What you are asked to do: The response should consist solely of the lines running from the line with "#251=CIRCLE('',#250,1.);" to the end of the data, retyped exactly.

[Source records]
§ §

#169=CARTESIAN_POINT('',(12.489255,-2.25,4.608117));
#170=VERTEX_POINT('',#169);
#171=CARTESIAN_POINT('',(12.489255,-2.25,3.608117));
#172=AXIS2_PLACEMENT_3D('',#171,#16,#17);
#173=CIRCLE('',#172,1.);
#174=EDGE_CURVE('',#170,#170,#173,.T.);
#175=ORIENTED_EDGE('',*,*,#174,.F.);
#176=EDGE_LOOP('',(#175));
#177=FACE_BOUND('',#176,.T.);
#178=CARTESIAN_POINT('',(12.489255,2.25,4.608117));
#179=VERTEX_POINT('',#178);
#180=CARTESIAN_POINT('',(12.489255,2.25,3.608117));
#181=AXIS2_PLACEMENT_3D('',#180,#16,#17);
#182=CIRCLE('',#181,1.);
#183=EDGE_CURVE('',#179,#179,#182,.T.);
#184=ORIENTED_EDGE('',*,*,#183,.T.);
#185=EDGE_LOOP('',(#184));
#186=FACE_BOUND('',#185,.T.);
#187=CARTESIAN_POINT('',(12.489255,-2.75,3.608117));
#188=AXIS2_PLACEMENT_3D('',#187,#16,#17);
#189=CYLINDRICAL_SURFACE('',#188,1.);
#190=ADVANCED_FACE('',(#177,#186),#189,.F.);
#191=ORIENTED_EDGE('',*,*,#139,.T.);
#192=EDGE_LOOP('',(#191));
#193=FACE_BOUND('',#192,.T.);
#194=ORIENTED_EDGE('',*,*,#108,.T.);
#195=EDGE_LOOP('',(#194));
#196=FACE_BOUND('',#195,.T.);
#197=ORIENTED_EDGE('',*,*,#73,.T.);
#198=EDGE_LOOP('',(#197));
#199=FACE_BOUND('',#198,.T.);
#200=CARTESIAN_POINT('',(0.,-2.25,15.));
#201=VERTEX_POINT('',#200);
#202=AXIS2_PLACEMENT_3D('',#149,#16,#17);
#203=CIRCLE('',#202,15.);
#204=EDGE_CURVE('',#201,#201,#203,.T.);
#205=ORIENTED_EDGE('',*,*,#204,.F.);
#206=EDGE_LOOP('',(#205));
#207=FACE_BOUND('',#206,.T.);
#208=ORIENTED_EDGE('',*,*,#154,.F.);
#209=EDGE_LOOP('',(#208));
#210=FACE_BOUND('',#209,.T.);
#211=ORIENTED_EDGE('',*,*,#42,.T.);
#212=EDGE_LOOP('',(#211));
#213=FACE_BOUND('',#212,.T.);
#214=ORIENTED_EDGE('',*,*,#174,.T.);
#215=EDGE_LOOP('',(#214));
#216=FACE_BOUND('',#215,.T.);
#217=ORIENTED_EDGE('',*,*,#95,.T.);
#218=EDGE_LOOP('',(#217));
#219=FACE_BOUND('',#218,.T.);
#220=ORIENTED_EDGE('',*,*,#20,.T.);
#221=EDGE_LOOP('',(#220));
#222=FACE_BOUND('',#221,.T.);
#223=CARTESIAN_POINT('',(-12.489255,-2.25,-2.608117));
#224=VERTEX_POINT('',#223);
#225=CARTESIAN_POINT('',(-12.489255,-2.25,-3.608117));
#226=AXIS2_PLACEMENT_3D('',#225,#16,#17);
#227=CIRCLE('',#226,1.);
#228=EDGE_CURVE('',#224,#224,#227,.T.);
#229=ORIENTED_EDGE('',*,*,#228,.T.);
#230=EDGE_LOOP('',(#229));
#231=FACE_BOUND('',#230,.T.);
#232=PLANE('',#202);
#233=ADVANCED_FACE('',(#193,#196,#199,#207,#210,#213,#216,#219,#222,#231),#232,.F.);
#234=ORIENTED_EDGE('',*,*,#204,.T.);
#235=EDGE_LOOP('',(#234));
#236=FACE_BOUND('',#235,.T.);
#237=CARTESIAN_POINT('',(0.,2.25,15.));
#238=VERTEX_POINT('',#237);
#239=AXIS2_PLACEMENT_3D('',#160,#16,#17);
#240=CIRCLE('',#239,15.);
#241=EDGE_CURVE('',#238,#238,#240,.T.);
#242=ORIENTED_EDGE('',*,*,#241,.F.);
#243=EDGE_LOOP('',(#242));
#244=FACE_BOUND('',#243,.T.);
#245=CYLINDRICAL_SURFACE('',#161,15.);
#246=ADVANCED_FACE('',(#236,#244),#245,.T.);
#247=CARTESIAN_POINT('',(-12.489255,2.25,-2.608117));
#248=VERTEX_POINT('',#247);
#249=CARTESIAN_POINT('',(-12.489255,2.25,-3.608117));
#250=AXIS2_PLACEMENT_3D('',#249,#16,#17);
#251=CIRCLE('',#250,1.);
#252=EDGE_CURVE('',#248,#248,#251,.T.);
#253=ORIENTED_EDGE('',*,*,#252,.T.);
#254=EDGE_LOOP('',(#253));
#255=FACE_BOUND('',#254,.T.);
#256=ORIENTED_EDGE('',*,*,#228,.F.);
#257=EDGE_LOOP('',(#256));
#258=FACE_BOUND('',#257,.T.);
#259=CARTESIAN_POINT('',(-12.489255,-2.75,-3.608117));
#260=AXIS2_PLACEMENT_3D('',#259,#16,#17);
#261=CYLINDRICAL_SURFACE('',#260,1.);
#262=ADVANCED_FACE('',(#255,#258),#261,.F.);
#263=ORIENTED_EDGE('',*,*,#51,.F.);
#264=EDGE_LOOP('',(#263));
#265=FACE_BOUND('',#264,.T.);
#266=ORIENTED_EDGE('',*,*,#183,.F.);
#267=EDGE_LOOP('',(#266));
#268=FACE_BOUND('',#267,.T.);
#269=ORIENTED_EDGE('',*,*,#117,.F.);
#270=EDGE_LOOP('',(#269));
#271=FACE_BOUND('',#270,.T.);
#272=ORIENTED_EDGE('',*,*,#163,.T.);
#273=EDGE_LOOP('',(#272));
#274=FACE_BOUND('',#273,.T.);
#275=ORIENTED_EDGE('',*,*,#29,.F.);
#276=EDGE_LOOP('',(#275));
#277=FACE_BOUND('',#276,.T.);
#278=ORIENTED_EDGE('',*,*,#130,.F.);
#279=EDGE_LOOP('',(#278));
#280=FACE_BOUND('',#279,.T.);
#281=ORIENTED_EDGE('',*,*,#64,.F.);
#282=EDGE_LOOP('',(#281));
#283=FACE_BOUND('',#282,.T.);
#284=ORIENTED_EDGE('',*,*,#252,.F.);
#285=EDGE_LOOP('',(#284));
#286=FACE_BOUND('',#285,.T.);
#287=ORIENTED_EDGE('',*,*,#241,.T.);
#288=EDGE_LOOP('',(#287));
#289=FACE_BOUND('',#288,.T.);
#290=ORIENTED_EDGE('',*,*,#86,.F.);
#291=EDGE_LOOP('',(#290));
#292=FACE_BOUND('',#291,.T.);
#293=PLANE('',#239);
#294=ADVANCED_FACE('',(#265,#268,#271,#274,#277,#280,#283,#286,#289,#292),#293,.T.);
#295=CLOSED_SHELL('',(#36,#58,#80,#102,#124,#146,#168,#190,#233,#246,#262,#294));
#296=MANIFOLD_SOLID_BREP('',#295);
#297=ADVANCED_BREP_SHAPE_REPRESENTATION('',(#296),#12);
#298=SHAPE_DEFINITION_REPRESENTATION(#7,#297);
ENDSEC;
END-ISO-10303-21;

§ §

Result of this task:
#251=CIRCLE('',#250,1.);
#252=EDGE_CURVE('',#248,#248,#251,.T.);
#253=ORIENTED_EDGE('',*,*,#252,.T.);
#254=EDGE_LOOP('',(#253));
#255=FACE_BOUND('',#254,.T.);
#256=ORIENTED_EDGE('',*,*,#228,.F.);
#257=EDGE_LOOP('',(#256));
#258=FACE_BOUND('',#257,.T.);
#259=CARTESIAN_POINT('',(-12.489255,-2.75,-3.608117));
#260=AXIS2_PLACEMENT_3D('',#259,#16,#17);
#261=CYLINDRICAL_SURFACE('',#260,1.);
#262=ADVANCED_FACE('',(#255,#258),#261,.F.);
#263=ORIENTED_EDGE('',*,*,#51,.F.);
#264=EDGE_LOOP('',(#263));
#265=FACE_BOUND('',#264,.T.);
#266=ORIENTED_EDGE('',*,*,#183,.F.);
#267=EDGE_LOOP('',(#266));
#268=FACE_BOUND('',#267,.T.);
#269=ORIENTED_EDGE('',*,*,#117,.F.);
#270=EDGE_LOOP('',(#269));
#271=FACE_BOUND('',#270,.T.);
#272=ORIENTED_EDGE('',*,*,#163,.T.);
#273=EDGE_LOOP('',(#272));
#274=FACE_BOUND('',#273,.T.);
#275=ORIENTED_EDGE('',*,*,#29,.F.);
#276=EDGE_LOOP('',(#275));
#277=FACE_BOUND('',#276,.T.);
#278=ORIENTED_EDGE('',*,*,#130,.F.);
#279=EDGE_LOOP('',(#278));
#280=FACE_BOUND('',#279,.T.);
#281=ORIENTED_EDGE('',*,*,#64,.F.);
#282=EDGE_LOOP('',(#281));
#283=FACE_BOUND('',#282,.T.);
#284=ORIENTED_EDGE('',*,*,#252,.F.);
#285=EDGE_LOOP('',(#284));
#286=FACE_BOUND('',#285,.T.);
#287=ORIENTED_EDGE('',*,*,#241,.T.);
#288=EDGE_LOOP('',(#287));
#289=FACE_BOUND('',#288,.T.);
#290=ORIENTED_EDGE('',*,*,#86,.F.);
#291=EDGE_LOOP('',(#290));
#292=FACE_BOUND('',#291,.T.);
#293=PLANE('',#239);
#294=ADVANCED_FACE('',(#265,#268,#271,#274,#277,#280,#283,#286,#289,#292),#293,.T.);
#295=CLOSED_SHELL('',(#36,#58,#80,#102,#124,#146,#168,#190,#233,#246,#262,#294));
#296=MANIFOLD_SOLID_BREP('',#295);
#297=ADVANCED_BREP_SHAPE_REPRESENTATION('',(#296),#12);
#298=SHAPE_DEFINITION_REPRESENTATION(#7,#297);
ENDSEC;
END-ISO-10303-21;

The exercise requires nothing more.